Потом появился русский следователь из местной военной прокуратуры с переводчиком, но Хаким ничего ему сообщить не смог, он ещё плохо говорил по-русски, а после этого чудовищного избиения вообще, неважно себя чувствовал. Гость был тучный и неповоротливый, много потел.
Следователю срочно нужно было отписаться по данному факту, составить протокол, изобразить видимость ведущегося дела. Ему ничего не нужно, скоро долгожданный перевод в другую часть, а это прямая дорога в Германию. В немецкую группу войск. С этим делом ему следовало быть осторожным, это международный конфликт, гражданин другой, дружественной с ними страны стал жертвой хулиганов.
Военная прокуратура в этом случае землю должна была рыть, но «кто-то» решил, что это не столь важный факт, тем более, что накануне первомайские праздники, зачем портить общие показатели! Ох, уж эти показатели.
Хаким мало что говорил, мол, никого не помню, ни чего не знаю, мол, все они были на одно лицо. Избили, забрали валюту, несколько бумажных десяток, «белых» чеков, месячный оклад.
О том, что его называли «духом» и говорили, что эта участь ждет каждого, он умолчал. Справиться сразу с тремя противниками он бы не смог, но это не беда, он запомнил «ихнего» заправилу, тот был из соседней части. Его часто ставили в дежурство на КПП, там его Хаким когда-то и увидел, пробегая на утреннем кроссе. Увидел и запомнил. Он методично бил какого-то узбекского солдата в грудную клетку кулаком. И тот не мог ему ничем ответить.
Афганские курсанты вступились за молодого бойца. Спасли его. Но сам Хаким не уберегся, когда его подстерегли в очередном увольнительном.
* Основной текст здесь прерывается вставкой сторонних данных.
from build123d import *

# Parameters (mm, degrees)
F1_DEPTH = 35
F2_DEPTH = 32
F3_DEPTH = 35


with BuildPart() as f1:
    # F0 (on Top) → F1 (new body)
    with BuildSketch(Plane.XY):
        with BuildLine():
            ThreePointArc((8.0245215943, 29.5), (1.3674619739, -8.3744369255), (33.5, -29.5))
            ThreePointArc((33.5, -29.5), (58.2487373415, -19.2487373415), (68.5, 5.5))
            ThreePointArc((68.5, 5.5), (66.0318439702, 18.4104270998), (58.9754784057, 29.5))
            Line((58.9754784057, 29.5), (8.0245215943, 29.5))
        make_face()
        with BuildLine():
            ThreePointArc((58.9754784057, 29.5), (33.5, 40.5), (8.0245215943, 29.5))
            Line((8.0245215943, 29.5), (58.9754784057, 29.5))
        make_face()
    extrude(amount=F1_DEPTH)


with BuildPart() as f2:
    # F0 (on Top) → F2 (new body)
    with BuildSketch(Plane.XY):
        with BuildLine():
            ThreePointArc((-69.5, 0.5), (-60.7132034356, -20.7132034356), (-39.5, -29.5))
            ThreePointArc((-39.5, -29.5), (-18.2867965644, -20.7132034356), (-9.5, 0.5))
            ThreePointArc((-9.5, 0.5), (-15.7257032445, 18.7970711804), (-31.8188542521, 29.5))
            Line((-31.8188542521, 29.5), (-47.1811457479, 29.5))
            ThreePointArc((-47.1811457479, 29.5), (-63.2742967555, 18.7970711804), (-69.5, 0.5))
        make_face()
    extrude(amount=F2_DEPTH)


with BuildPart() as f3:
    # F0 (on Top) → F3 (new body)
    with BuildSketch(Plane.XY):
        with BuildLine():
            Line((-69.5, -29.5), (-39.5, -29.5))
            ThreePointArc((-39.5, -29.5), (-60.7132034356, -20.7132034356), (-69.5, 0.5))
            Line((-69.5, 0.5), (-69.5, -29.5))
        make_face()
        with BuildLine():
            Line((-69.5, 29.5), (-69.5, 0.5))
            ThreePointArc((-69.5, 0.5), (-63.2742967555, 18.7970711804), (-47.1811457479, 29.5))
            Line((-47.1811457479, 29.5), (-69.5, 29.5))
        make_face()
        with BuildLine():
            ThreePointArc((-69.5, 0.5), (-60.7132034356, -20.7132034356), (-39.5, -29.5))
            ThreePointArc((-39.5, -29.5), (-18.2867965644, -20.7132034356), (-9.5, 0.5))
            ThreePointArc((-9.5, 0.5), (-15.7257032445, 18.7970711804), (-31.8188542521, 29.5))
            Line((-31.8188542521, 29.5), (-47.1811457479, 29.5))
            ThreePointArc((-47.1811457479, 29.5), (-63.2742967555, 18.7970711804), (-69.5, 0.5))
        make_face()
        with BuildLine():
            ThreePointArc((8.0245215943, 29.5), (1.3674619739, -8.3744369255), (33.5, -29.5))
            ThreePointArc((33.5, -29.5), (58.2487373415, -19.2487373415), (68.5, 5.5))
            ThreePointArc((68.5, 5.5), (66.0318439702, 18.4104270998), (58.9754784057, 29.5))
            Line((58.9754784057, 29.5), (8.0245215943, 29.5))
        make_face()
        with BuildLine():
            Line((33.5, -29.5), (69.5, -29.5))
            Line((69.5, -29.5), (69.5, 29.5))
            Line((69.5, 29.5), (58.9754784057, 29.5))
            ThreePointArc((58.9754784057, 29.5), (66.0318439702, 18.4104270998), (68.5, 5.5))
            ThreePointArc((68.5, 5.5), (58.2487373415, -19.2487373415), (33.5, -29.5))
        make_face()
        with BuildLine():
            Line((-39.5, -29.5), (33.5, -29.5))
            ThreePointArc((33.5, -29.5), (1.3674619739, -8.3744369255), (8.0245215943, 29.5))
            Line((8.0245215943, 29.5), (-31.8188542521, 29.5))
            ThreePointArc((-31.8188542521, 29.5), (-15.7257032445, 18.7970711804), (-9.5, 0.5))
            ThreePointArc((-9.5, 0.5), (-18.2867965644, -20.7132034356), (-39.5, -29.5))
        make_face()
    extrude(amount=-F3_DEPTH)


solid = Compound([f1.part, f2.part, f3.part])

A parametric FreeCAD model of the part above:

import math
import FreeCAD as App
import Part
import Sketcher

V = App.Vector
Q = App.Units.Quantity


def add_polygon(sketch, points):
    """Adds a closed chain of lines whose ends are joined by coincident constraints."""
    first, n = sketch.GeometryCount, len(points)
    for a, b in zip(points, points[1:] + points[:1]):
        sketch.addGeometry(Part.LineSegment(App.Vector(*a, 0), App.Vector(*b, 0)), False)
    for i in range(n):
        sketch.addConstraint(Sketcher.Constraint("Coincident", first + i, 2, first + (i + 1) % n, 1))

doc = App.newDocument("Part")
body = doc.addObject("PartDesign::Body", "Body")

# Sketch on XY plane
sketch1 = body.newObject("Sketcher::SketchObject", "Sketch")
sketch1.AttachmentSupport = (doc.getObject("XY_Plane"), [""])
sketch1.MapMode = "FlatFace"
sketch1.addGeometry([
    Part.ArcOfCircle(Part.Circle(V(34, 6, 0), V(0, 0, 1), 35), math.radians(-90), math.radians(43)),
    Part.ArcOfCircle(Part.Circle(V(34, 6, 0), V(0, 0, 1), 35), math.radians(43), math.radians(270)),
], False)
sketch1.addConstraint([
    Sketcher.Constraint("Tangent", 0, 1, 1, 2),
    Sketcher.Constraint("Coincident", 1, 1, 0, 2),
    Sketcher.Constraint("Vertical", 1, 3, 0, 1),
    Sketcher.Constraint("Radius", 0, Q("35 mm")),
    Sketcher.Constraint("DistanceY", 0, 3, 1, 1, Q("24 mm")),
    Sketcher.Constraint("DistanceX", -1, 1, 0, 3, Q("33.5 mm")),
    Sketcher.Constraint("DistanceY", -1, 1, 0, 3, Q("5.5 mm")),
])
pad1 = body.newObject("PartDesign::Pad", "Pad")
pad1.Profile = sketch1
pad1.Length = 35
body2 = doc.addObject("PartDesign::Body", "Body001")

# Sketch on XY plane
sketch2 = body2.newObject("Sketcher::SketchObject", "Sketch001")
sketch2.AttachmentSupport = (doc.getObject("XY_Plane001"), [""])
sketch2.MapMode = "FlatFace"
sketch2.addGeometry([
    Part.ArcOfCircle(Part.Circle(V(-40, 0, 0), V(0, 0, 1), 30), math.radians(180), math.radians(360)),
    Part.ArcOfCircle(Part.Circle(V(-40, 0, 0), V(0, 0, 1), 30), math.radians(0), math.radians(75)),
    Part.LineSegment(V(-32, 30, 0), V(-47, 30, 0)),
    Part.ArcOfCircle(Part.Circle(V(-40, 0, 0), V(0, 0, 1), 30), math.radians(105), math.radians(180)),
], False)
sketch2.addConstraint([
    Sketcher.Constraint("Tangent", 0, 2, 1, 1),
    Sketcher.Constraint("Coincident", 1, 2, 2, 1),
    Sketcher.Constraint("Coincident", 2, 2, 3, 1),
    Sketcher.Constraint("Tangent", 3, 2, 0, 1),
    Sketcher.Constraint("Horizontal", 2),
    Sketcher.Constraint("Equal", 0, 1),
    Sketcher.Constraint("Equal", 1, 3),
    Sketcher.Constraint("Horizontal", 3, 3, 0, 2),
    Sketcher.Constraint("Horizontal", 0, 2, 3, 2),
    Sketcher.Constraint("Radius", 0, Q("30 mm")),
    Sketcher.Constraint("DistanceY", 0, 3, 1, 2, Q("29 mm")),
    Sketcher.Constraint("DistanceX", 0, 3, -1, 1, Q("39.5 mm")),
    Sketcher.Constraint("DistanceY", -1, 1, 0, 3, Q("0.5 mm")),
])
pad2 = body2.newObject("PartDesign::Pad", "Pad001")
pad2.Profile = sketch2
pad2.Length = 32
body3 = doc.addObject("PartDesign::Body", "Body002")

# Sketch on XY plane
sketch3 = body3.newObject("Sketcher::SketchObject", "Sketch002")
sketch3.AttachmentSupport = (doc.getObject("XY_Plane002"), [""])
sketch3.MapMode = "FlatFace"
add_polygon(sketch3, [(-70, -30), (70, -30), (70, 30), (-70, 30)])  # lines 0-3
sketch3.addConstraint([
    Sketcher.Constraint("Horizontal", 0),
    Sketcher.Constraint("Vertical", 1),
    Sketcher.Constraint("Horizontal", 2),
    Sketcher.Constraint("Vertical", 3),
    Sketcher.Constraint("Symmetric", 0, 2, 2, 2, -1, 1),
    Sketcher.Constraint("DistanceX", 0, 1, 0, 2, Q("139 mm")),
    Sketcher.Constraint("DistanceY", 1, 1, 1, 2, Q("59 mm")),
])
pad3 = body3.newObject("PartDesign::Pad", "Pad002")
pad3.Profile = sketch3
pad3.Length = 35
pad3.Reversed = True

doc.recompute()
Так же, тот сержант потом бил и в его грудную клетку со словами:
— Ну, что, падла, помнишь меня? Не узнаешь? А так?
Чудовищного размера кулак ударил в грудь. За руки Хакима держали. Он попытался смягчить удар, расслабился, но это не помогло. Последовала серия ударов, а потом он просто потерял сознание.
Следователь заполнил свои бумаги и ушёл. Ему нужно было «отчитаться о проделанной работе». Афганский юноша остался лежать на кровати.
Переводчик виновато оглядел палату, ничего не сказал, он что-то подозревал, но какое ему дело до этого узбека. Хаким всё решил про себя, он будет мстить. Мстить этим русским.
После того, как он окончательно оправился, его навестил прапорщик Алексеев. Он расспрашивал, был очень настойчив, хотел во всём разобраться.
Но он такой же, он русский. Он ничего не понимает. Мы здесь чужие, афганцы, нас ещё называют духами, призраками, что ли? Почему духами? — Хаким сидел на койке, и ел свежие красные яблоки. Даже под кожурой было всё красное.